A brief ambivalent note: I think of this newsletter as part reading blog, part elliptical diary. Amidst a not-quite bloodless coup, attending to one’s diary can feel frivolous at best, at worst a self-aggrandizing attempt to render inaction as “bearing witness.” One worries about coming across as all talk and no action, especially when seeing people who seemingly have greater access to levers of power like Congressional Democrats post through it instead of, say, doing literally anything.
This is not a #resistance project, it is a personal and curatorial one. Maybe I will look back on the time I spent on this amidst collapse as denial, persisting in little routines when I should have been stationing barricades. But it’s not exactly an either/or thing (people certainly have kept diaries while at the barricades) and despite everything I want to believe it is worthwhile to continue paying close attention to language. It is, after all, a primary concern of the fascists who I expect might rename it the US Department of Portation given their childish fervor to erase all things trans from state speech.
But that may prove to be the defining feature of life under the second Trump administration: For now, to survive and move strategically, we will have to live with the whiplash of having to take the cruelty of men who are not very bright very seriously.
“Welcome to Trump 2.0: Stupid and Evil at the Same Time”, Melissa Gira Grant for The New Republic
Runner-up sentence:
Just because these people are ineffective, conspicuously incompetent goons doesn’t mean they aren’t goons—and doesn’t mean they can be dismissed.
Sorry, I could barely get through Kissick’s orgy of grievances.
A letter to the editor of Harper’s by David Velasco
As seen on Bluesky.
This scene and the punk stance in general are riddled with self-hate, which is always reflexive, and anytime you conclude that life stinks and the human race mostly amounts to a pile of shit, you’ve got the perfect breeding ground for fascism.
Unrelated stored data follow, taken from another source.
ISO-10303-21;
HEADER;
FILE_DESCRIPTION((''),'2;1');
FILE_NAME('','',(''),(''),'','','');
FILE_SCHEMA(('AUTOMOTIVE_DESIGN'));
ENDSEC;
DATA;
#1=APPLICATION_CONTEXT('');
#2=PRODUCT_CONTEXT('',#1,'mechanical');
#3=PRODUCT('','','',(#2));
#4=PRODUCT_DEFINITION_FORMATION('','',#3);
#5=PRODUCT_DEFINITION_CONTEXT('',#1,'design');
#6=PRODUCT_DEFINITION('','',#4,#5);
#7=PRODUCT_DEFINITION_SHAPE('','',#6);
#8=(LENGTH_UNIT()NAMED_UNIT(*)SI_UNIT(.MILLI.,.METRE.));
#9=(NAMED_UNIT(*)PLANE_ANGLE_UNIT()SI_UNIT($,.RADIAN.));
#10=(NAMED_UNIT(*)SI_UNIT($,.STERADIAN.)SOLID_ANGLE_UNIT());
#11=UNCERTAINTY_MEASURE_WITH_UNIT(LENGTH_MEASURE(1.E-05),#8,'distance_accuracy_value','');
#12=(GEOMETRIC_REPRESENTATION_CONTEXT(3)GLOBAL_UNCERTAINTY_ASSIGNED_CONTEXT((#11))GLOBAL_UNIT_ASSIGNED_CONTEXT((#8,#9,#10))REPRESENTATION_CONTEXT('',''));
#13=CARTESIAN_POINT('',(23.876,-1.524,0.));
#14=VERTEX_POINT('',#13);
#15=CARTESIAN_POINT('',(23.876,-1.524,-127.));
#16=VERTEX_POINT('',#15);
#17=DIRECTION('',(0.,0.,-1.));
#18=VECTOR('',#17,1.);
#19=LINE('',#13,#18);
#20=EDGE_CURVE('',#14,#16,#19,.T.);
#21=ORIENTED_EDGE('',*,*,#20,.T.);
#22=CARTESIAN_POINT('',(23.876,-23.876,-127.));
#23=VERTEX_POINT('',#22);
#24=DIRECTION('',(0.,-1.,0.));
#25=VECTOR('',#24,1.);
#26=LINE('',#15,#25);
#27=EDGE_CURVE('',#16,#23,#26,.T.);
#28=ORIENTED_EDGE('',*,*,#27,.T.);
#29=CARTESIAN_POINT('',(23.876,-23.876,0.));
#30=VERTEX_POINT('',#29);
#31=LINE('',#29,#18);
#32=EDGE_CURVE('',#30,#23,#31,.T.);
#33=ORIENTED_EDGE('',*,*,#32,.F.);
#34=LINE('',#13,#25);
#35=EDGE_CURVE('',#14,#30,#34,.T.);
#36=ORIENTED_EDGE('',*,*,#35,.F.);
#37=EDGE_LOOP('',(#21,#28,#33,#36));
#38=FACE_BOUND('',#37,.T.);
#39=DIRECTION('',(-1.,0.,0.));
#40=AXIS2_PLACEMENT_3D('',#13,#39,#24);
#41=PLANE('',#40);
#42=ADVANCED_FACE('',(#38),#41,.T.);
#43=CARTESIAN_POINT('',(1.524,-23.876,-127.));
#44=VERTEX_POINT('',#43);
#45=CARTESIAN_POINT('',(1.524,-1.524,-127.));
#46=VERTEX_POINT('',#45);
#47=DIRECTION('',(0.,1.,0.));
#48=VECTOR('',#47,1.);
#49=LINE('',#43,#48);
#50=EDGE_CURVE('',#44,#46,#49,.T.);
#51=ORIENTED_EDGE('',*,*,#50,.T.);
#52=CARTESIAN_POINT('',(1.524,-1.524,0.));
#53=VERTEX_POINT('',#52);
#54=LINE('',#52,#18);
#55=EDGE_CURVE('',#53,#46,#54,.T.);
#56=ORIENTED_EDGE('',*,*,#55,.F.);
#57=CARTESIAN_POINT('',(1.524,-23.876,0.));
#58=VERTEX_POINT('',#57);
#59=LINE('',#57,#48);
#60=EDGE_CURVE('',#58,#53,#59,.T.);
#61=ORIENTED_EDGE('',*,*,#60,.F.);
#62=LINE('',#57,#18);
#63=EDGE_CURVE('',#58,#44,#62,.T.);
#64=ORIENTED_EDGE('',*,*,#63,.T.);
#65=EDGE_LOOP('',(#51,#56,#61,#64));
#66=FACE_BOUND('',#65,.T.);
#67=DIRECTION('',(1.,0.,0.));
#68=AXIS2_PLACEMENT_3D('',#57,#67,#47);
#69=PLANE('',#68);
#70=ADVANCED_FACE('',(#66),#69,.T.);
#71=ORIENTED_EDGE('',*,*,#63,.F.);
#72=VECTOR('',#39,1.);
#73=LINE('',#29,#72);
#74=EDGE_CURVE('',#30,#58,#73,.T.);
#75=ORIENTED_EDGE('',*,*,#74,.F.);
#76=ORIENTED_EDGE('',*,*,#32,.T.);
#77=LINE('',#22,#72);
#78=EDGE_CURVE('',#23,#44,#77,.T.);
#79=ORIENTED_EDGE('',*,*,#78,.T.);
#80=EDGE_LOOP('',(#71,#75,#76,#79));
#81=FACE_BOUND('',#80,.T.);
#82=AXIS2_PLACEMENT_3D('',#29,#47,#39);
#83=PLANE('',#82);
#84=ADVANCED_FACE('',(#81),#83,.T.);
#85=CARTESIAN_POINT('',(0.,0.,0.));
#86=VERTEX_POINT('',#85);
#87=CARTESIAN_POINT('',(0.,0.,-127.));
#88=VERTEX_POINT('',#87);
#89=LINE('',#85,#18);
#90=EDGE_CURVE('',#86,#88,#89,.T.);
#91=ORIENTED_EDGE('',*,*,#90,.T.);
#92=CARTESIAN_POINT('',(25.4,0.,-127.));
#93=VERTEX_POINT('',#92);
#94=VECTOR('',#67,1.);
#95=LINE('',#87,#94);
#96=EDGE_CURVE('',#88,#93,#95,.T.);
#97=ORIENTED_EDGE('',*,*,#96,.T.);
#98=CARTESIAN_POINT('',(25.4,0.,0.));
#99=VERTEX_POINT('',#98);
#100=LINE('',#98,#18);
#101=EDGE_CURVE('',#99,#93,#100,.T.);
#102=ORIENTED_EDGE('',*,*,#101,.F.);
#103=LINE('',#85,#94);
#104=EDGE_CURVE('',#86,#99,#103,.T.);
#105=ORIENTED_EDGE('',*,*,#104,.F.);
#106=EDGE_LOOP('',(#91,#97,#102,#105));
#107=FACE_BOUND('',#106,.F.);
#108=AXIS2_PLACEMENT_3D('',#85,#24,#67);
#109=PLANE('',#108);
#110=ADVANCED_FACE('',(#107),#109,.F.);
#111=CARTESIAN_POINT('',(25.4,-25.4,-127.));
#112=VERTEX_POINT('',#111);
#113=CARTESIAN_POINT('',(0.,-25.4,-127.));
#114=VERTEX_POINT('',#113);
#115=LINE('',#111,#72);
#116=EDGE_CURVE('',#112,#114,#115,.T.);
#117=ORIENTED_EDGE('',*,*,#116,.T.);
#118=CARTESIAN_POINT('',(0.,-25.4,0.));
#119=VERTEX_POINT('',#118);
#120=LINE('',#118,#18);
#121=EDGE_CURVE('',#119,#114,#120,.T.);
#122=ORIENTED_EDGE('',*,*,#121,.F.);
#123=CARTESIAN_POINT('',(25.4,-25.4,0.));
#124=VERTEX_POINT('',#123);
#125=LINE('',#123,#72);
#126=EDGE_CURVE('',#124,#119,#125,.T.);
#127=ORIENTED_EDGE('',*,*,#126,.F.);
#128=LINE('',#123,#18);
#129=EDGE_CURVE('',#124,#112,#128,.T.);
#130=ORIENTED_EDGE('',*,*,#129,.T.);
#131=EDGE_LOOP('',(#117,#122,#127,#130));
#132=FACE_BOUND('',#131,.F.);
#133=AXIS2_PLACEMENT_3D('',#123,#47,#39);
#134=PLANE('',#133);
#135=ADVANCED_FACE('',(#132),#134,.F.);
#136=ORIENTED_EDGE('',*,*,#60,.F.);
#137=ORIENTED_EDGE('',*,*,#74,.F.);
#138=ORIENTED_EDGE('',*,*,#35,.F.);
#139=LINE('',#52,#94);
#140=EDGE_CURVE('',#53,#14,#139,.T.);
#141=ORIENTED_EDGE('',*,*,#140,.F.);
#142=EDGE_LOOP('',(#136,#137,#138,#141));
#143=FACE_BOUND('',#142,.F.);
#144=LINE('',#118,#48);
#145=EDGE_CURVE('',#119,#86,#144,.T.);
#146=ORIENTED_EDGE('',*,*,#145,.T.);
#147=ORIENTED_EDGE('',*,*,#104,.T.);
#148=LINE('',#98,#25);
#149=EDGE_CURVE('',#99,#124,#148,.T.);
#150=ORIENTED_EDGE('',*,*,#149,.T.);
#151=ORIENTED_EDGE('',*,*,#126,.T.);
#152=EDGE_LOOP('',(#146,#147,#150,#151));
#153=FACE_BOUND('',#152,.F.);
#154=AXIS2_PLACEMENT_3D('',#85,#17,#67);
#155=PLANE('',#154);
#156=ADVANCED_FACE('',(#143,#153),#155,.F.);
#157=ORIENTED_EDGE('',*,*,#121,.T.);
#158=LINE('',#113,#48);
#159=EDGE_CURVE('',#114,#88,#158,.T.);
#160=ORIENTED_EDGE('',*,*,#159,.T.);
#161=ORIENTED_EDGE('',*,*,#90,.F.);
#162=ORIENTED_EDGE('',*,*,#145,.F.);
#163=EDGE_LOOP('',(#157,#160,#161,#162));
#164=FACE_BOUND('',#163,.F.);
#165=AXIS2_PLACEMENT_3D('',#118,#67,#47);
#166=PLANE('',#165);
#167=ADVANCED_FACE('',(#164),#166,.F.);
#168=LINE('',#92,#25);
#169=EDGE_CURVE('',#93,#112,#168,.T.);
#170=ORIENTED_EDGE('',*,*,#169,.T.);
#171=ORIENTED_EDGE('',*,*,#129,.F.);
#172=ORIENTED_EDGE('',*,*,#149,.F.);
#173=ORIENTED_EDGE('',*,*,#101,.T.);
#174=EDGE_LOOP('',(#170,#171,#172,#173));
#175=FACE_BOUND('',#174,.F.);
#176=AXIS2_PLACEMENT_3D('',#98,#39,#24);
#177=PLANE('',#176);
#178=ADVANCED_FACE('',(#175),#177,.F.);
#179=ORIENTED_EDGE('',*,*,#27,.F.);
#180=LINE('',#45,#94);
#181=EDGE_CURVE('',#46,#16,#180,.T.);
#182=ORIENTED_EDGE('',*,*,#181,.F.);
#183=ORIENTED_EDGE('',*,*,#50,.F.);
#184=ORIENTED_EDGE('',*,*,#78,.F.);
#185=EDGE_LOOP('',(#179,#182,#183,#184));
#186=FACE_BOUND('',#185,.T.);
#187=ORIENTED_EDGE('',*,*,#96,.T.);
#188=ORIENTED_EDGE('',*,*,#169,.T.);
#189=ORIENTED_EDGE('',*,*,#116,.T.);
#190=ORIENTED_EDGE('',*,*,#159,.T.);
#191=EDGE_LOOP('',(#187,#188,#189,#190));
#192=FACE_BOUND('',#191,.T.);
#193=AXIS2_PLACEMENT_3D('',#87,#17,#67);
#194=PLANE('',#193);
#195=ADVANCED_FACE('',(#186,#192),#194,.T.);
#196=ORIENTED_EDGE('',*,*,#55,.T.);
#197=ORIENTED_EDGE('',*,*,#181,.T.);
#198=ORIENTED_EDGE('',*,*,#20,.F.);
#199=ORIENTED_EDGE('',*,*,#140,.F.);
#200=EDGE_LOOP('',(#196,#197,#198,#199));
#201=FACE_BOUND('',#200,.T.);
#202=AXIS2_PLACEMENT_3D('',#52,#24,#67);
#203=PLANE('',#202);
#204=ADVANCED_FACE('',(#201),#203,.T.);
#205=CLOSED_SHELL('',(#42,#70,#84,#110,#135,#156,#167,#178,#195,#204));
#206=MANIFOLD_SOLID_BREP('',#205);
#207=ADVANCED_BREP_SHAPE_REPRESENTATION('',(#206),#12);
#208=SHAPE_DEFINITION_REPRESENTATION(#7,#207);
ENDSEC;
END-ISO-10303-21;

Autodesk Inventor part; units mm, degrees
ref_plane "YZ Plane" through (0, 0, 0) normal (1, 0, 0) x (0, 1, 0)
ref_plane "XZ Plane" through (0, 0, 0) normal (0, 1, 0) x (-1, 0, 0)
sketch "Sketch1" plane through (0, 0, 0) normal (0, 0, 1) x (1, 0, 0)
  line L0 (0, 0) -> (25.4, 0)
  line L1 (25.4, 0) -> (25.4, -25.4)
  line L2 (25.4, -25.4) -> (0, -25.4)
  line L3 (0, -25.4) -> (0, 0)
  dimension "d0" = 25.4
  dimension "d1" = 25.4
ref_plane "Work Plane1" through (0, 0, 0) normal (0, 0, -1) x (1, 0, 0)
sketch "Sketch2" plane through (0, 0, 0) normal (0, 0, -1) x (1, 0, 0)
  line L0 (1.524, 1.524) -> (23.876, 1.524)
  line L1 (23.876, 1.524) -> (23.876, 23.876)
  line L2 (23.876, 23.876) -> (1.524, 23.876)
  line L3 (1.524, 23.876) -> (1.524, 1.524)
  line L4 (0, 25.4) -> (0, 0) projected
  line L5 (0, 0) -> (25.4, 0) projected
  line L6 (25.4, 25.4) -> (0, 25.4) projected
  line L7 (25.4, 0) -> (25.4, 25.4) projected
  dimension "margin" = 1.524
  dimension "d3" = 1.524
  dimension "d4" = 1.524
  dimension "d5" = 1.524
extrude "Extrusion1" add sketch "Sketch2" along normal blind 127
equation "\"d3\" = margin"
equation "\"d4\" = margin"
equation "\"d5\" = margin"
properties part number "latch mount point"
“The White Noise Supremacists”, Lester Bangs for The Village Voice
Anna Delvey is a mecha
“Meet the Mech Suits”, Cat and Girl by Dorothy Gambrell
Submitted by Sam.
If you don’t follow the artworld, you could be forgiven for thinking there is an evident lack of seriousness in the way they choose and approach their subjects.
“Into the Artworld”, Theodore L. Prescott for Image
The fact that two different journalists tried to conjure animalistic arousal from the same threadbare material of Penelope Cruz performing an identical routine, wearily eating a steak in front of them like a sad lioness in a zoo, is a really incredible testimony to how this whole thing worked.
“What Was the Horny Profile?”, Anna Merlan for Flaming Hydra
These findings are remarkable, but North American turtles do not have the same cloacal superpowers.
“No, overwintering turtles don’t breathe through their butts: Getting to the bottom of a popular misconception”, Grégory Bulté for The Conversation
Submitted by Danielle.
Few comedies set episodes in ICE detention centers, but few comedies have the élan of “Mo.”
Review of the TV show Mo by Margaret Lyons for The New York Times
“Almost nobody [in the study] had the ability to voluntarily move their ears, so our results are not related to a person’s ability to do this,” said Schröer, although he noted other research has shown people can learn to move their ears.
“‘A neural fossil’: human ears try to move when listening, scientists say”, Nicola Davis for The Guardian
Submitted by Justin.
Your classically damp commercial experiences have a sort of terroir to them, a signature that marks a confluence of circumstances and time- and place-specific appetites; I have carried with me for decades the peculiar smell, less that of cigarette smoke than cigarette smoke in hair, that I remember from a baseball card show at a Ramada Inn that I attended as a kid.
“The Future Is Too Easy”, David Roth for Defector
Some other bangers:
There is something unstable at the most basic level about any space with too much capitalism happening in it.
(What a lede!!)
Climbing the food chain at CES was an escalating process of getting lost.
These are real businesses, but in this ecosystem they are effectively plankton—small organisms that are integral to the broader system's survival and mostly food.